DECOMPOSITIONS_LOADED = False
VMAP_DECOMPOSITIONS_LIB = None

# torch.package, Python 3.11, and torch.jit-less environments are unhappy with
# decompositions. Only load them when needed if possible.
def lazy_load_decompositions():
    global DECOMPOSITIONS_LOADED
    if DECOMPOSITIONS_LOADED:
        return
    DECOMPOSITIONS_LOADED = True

    if not (os.environ.get("PYTORCH_JIT", "1") == "1" and __debug__):
        return
    # use an alternate way to register an operator into the decomposition table
    # _register_jit_decomposition doesn't work for some operators, e.g. addr,
    #  because the Tensor types generated cannot be unioned by torchscript
    # decomp should be type OpOverload
    global VMAP_DECOMPOSITIONS_LIB
    VMAP_DECOMPOSITIONS_LIB = torch.library.Library("aten", "IMPL", "FuncTorchBatched")

    from torch._decomp import decomposition_table

    def _register_python_decomposition_vmap(decomp):
        if decomp in decomposition_table:
            VMAP_DECOMPOSITIONS_LIB.impl(decomp, decomposition_table[decomp])
        else:
            raise RuntimeError(f"could not find decomposition for {decomp}")


    _register_python_decomposition_vmap(torch.ops.aten.mse_loss_backward.default)
    _register_python_decomposition_vmap(torch.ops.aten.addr.default)

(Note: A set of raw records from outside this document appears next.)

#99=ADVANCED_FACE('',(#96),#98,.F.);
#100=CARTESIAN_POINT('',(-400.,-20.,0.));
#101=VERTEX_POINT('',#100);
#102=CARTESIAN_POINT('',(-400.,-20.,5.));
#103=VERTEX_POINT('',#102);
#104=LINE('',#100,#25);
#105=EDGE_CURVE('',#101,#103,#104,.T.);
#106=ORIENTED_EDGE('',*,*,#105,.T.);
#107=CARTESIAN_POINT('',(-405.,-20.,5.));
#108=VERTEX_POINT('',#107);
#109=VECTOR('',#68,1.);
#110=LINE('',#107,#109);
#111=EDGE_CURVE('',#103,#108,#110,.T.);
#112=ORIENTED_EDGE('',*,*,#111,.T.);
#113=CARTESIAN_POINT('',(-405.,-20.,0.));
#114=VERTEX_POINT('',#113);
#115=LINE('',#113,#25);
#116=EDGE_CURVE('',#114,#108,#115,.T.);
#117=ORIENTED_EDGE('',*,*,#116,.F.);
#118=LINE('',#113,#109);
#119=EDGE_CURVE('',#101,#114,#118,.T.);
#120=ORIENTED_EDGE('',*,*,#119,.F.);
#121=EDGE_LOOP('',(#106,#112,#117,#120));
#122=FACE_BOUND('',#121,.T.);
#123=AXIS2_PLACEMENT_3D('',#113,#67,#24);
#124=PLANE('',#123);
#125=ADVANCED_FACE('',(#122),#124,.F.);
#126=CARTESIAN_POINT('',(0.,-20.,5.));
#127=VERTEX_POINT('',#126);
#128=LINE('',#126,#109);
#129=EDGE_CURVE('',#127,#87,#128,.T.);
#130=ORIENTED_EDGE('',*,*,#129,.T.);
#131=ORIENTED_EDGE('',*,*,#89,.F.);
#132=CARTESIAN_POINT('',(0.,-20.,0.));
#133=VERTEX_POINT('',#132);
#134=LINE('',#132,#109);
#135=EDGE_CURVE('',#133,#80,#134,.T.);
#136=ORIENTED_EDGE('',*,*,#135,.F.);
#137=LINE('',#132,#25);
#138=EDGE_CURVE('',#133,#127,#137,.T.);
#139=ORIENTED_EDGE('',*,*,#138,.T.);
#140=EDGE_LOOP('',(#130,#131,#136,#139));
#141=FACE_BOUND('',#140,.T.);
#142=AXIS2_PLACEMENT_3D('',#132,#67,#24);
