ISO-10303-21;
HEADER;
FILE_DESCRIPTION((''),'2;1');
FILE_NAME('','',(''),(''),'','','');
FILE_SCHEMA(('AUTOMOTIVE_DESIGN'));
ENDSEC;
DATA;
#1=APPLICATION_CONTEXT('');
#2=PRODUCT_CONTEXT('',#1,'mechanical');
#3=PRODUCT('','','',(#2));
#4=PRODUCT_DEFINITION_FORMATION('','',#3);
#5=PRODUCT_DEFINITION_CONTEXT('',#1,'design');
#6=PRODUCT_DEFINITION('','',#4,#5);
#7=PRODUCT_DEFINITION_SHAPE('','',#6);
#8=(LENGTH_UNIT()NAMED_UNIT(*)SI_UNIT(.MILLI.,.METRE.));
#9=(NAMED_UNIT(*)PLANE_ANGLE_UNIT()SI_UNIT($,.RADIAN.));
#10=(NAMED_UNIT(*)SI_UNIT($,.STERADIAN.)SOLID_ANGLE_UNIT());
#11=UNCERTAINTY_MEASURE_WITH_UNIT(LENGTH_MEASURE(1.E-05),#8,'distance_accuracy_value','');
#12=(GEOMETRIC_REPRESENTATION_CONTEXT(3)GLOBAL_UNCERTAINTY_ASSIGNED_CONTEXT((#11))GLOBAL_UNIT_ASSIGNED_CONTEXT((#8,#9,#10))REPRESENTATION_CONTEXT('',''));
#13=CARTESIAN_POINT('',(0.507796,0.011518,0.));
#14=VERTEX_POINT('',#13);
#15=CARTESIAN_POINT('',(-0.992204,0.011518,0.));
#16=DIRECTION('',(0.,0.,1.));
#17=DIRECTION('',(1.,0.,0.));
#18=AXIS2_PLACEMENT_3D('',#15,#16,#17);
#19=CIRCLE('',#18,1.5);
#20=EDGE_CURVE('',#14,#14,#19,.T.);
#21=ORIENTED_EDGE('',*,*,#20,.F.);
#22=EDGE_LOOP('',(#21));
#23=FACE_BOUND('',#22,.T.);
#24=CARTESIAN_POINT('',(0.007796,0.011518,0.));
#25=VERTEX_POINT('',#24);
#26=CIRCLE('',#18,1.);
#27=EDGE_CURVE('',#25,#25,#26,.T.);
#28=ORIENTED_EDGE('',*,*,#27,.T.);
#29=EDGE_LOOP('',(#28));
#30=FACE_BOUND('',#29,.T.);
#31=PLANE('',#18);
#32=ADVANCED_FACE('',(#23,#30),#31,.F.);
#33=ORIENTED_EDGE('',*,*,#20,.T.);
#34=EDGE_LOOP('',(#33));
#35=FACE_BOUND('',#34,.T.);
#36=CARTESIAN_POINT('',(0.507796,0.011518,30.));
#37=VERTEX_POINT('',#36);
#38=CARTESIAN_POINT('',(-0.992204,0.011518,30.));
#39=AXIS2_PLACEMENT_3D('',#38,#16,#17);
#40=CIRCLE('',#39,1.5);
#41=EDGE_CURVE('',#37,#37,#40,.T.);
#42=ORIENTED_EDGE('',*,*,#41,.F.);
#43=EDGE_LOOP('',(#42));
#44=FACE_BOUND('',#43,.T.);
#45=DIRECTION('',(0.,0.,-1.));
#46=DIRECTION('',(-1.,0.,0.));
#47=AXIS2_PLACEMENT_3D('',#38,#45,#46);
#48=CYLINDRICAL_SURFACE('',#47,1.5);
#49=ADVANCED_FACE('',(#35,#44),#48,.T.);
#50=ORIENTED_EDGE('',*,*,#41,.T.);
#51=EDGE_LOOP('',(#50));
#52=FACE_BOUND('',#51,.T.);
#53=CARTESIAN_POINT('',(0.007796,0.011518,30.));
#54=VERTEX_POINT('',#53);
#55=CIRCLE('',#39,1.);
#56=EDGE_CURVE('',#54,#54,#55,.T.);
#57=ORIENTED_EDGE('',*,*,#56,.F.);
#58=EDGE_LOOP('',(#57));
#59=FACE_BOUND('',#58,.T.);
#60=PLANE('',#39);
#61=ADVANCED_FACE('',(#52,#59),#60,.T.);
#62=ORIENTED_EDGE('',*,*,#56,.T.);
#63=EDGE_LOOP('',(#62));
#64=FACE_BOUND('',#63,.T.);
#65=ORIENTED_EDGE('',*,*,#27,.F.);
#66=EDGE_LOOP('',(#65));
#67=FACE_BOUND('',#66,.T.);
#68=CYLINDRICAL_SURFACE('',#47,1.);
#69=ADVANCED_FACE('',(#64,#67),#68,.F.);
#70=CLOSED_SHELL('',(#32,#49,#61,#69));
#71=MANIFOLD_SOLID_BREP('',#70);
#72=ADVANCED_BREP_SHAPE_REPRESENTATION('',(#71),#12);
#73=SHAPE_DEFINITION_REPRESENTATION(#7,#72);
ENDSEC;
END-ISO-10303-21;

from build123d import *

# Parameters (mm, degrees)
SKETCH1_R           = 1.5
SKETCH1_R_2         = 1
BOSS_EXTRUDE1_DEPTH = 30


with BuildPart() as part:
    # Sketch1 → Boss-Extrude1 (new body)
    with BuildSketch(Plane.XY):
        with Locations((-0.992203806, 0.011518033)):
            Circle(SKETCH1_R)
        with Locations((-0.992203806, 0.011518033)):
            Circle(SKETCH1_R_2, mode=Mode.SUBTRACT)
    extrude(amount=BOSS_EXTRUDE1_DEPTH)


solid = part.part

# vmap(func)(inputs) wraps all Tensor inputs to be batched in BatchedTensors,
# sends those into func, and then unwraps the output BatchedTensors. Operations
# on BatchedTensors perform the batched operations that the user is asking for.
#
# vmap's randomness behavior differs from JAX's, which would require a PRNG key
# to be passed everywhere.

@exposed_in('torch.func')
def vmap(
        func: Callable,
        in_dims: in_dims_t = 0,
        out_dims: out_dims_t = 0,
        randomness: str = 'error',
        *,
        chunk_size=None) -> Callable:
    """
    vmap is the vectorizing map; ``vmap(func)`` returns a new function that
    maps ``func`` over some dimension of the inputs. Semantically, vmap
    pushes the map into PyTorch operations called by ``func``, effectively
    vectorizing those operations.

    vmap is useful for handling batch dimensions: one can write a function
    ``func`` that runs on examples and then lift it to a function that can
    take batches of examples with ``vmap(func)``. vmap can also be used to
    compute batched gradients when composed with autograd.

    .. note::
        :func:`torch.vmap` is aliased to :func:`torch.func.vmap` for
        convenience. Use whichever one you'd like.

    Args:
        func (function): A Python function that takes one or more arguments.
            Must return one or more Tensors.
        in_dims (int or nested structure): Specifies which dimension of the
            inputs should be mapped over. ``in_dims`` should have a
            structure like the inputs. If the ``in_dim`` for a particular
            input is None, then that indicates there is no map dimension.
            Default: 0.
        out_dims (int or Tuple[int]): Specifies where the mapped dimension
            should appear in the outputs. If ``out_dims`` is a Tuple, then
            it should have one element per output. Default: 0.
        randomness (str): Specifies whether the randomness in this
            vmap should be the same or different across batches. If 'different',
            the randomness for each batch will be different. If 'same', the
            randomness will be the same across batches. If 'error', any calls to
            random functions will error. Default: 'error'. WARNING: this flag
            only applies to random PyTorch operations and does not apply to
            Python's random module or numpy randomness.
        chunk_size (None or int): If None (default), apply a single vmap over inputs.
            If not None, then compute the vmap :attr:`chunk_size` samples at a time.
            Note that :attr:`chunk_size=1` is equivalent to computing the vmap with a for-loop.
            If you run into memory issues computing the vmap, please try a non-None chunk_size.

    Returns:
        Returns a new "batched" function. It takes the same inputs as
        ``func``, except each input has an extra dimension at the index
        specified by ``in_dims``. It takes returns the same outputs as
        ``func``, except each output has an extra dimension at the index
        specified by ``out_dims``.

    .. warning:
        :func:`vmap` works best with functional-style code. Please do not
        perform any side-effects in ``func``, with the exception of
        in-place PyTorch operations. Examples of side-effects include mutating
        Python data structures and assigning values to variables not captured
        in ``func``.

    One example of using :func:`vmap` is to compute batched dot products. PyTorch
    doesn't provide a batched ``torch.dot`` API; instead of unsuccessfully
    rummaging through docs, use :func:`vmap` to construct a new function.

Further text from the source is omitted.